◆ DIRECTIONS FOR THIS TASK
Once the line holding "v -4.904 -19.525 0" is found in the listing below, write it out and each later line exactly, up to and including the one holding "v 4.904 -21.475 0".

◆ STUDY MATERIAL
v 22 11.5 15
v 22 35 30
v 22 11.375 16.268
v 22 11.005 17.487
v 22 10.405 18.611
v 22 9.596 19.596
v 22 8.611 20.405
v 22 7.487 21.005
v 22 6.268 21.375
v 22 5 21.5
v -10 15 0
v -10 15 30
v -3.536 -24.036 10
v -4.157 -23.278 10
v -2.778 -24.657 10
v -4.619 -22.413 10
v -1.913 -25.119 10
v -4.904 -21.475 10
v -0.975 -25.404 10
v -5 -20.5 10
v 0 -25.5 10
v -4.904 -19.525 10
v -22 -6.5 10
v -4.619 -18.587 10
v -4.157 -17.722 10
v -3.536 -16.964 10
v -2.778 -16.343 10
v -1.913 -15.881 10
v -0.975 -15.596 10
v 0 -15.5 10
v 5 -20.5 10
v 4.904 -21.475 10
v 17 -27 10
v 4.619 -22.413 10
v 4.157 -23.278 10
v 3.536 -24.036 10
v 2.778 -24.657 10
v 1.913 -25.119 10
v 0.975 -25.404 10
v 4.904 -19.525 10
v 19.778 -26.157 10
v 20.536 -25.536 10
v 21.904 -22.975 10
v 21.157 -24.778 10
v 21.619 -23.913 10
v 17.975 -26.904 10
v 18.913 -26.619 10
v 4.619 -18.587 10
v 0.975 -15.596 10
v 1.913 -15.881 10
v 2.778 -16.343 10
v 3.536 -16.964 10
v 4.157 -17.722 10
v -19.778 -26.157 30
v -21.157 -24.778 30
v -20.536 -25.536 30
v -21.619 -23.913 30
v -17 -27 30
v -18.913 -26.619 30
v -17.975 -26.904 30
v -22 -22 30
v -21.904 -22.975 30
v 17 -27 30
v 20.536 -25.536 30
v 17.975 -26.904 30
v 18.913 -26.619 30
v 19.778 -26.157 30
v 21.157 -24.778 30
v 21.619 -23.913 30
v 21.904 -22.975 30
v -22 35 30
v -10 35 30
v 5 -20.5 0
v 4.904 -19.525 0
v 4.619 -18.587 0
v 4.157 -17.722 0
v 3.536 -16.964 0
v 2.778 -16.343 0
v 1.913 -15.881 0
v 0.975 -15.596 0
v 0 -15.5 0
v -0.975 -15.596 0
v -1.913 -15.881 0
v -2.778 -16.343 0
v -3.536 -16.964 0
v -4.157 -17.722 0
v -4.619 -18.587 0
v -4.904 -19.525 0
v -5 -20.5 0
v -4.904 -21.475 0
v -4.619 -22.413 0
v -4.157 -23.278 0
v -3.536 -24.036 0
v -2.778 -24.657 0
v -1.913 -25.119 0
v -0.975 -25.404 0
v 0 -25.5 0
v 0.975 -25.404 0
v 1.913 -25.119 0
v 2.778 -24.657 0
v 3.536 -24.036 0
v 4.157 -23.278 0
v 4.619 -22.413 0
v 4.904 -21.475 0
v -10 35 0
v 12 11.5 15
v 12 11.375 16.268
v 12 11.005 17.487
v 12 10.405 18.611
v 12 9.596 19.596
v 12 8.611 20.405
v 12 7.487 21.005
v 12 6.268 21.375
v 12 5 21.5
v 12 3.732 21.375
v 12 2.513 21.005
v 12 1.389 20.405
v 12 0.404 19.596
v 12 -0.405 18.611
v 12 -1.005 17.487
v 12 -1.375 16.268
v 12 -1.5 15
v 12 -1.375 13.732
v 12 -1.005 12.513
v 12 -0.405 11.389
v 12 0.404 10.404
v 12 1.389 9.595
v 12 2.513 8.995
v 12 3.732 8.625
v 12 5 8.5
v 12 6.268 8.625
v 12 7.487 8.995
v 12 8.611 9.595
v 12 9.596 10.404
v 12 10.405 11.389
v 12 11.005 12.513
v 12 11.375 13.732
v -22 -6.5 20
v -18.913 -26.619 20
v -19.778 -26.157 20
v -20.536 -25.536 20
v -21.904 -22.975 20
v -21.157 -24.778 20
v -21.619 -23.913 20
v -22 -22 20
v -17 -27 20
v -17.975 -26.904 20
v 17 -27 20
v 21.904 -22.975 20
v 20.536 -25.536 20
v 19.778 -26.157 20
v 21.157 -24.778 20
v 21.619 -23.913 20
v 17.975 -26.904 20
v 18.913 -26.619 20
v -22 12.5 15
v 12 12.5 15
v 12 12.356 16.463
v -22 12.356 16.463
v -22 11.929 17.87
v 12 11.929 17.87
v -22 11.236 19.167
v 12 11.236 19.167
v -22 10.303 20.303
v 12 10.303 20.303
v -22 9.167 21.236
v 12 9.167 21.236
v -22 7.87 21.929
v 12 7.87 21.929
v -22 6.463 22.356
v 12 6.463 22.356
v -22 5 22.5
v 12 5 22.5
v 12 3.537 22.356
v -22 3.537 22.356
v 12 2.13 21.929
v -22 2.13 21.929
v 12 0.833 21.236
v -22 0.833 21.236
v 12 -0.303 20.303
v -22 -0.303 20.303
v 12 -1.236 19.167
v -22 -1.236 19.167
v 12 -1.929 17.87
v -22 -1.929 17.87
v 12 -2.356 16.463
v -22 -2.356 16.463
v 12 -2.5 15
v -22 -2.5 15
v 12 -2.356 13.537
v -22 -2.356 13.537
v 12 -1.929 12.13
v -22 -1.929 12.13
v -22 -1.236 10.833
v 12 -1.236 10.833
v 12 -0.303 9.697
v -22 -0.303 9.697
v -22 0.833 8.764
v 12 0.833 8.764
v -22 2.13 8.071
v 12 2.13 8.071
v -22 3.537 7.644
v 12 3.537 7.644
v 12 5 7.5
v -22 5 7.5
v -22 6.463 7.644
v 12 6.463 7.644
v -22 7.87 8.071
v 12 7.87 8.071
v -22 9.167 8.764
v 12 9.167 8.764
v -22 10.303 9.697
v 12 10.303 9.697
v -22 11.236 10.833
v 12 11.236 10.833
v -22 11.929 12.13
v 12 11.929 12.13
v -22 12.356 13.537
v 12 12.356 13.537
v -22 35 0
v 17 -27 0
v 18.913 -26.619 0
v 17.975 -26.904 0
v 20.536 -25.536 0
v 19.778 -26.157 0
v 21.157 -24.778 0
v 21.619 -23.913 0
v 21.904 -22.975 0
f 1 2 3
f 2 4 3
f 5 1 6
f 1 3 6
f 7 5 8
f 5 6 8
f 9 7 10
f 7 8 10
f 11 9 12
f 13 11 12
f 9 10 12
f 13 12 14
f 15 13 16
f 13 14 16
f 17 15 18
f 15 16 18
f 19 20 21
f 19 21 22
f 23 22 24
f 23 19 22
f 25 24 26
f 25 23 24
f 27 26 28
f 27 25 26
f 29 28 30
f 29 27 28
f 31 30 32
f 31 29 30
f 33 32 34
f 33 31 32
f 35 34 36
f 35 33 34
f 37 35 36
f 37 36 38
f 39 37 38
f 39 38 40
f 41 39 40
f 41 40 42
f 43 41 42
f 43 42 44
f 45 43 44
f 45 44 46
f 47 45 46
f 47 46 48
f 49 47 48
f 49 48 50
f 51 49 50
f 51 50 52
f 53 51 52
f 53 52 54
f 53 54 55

◆ TASK OUTPUT
v -4.904 -19.525 0
v -5 -20.5 0
v -4.904 -21.475 0
v -4.619 -22.413 0
v -4.157 -23.278 0
v -3.536 -24.036 0
v -2.778 -24.657 0
v -1.913 -25.119 0
v -0.975 -25.404 0
v 0 -25.5 0
v 0.975 -25.404 0
v 1.913 -25.119 0
v 2.778 -24.657 0
v 3.536 -24.036 0
v 4.157 -23.278 0
v 4.619 -22.413 0
v 4.904 -21.475 0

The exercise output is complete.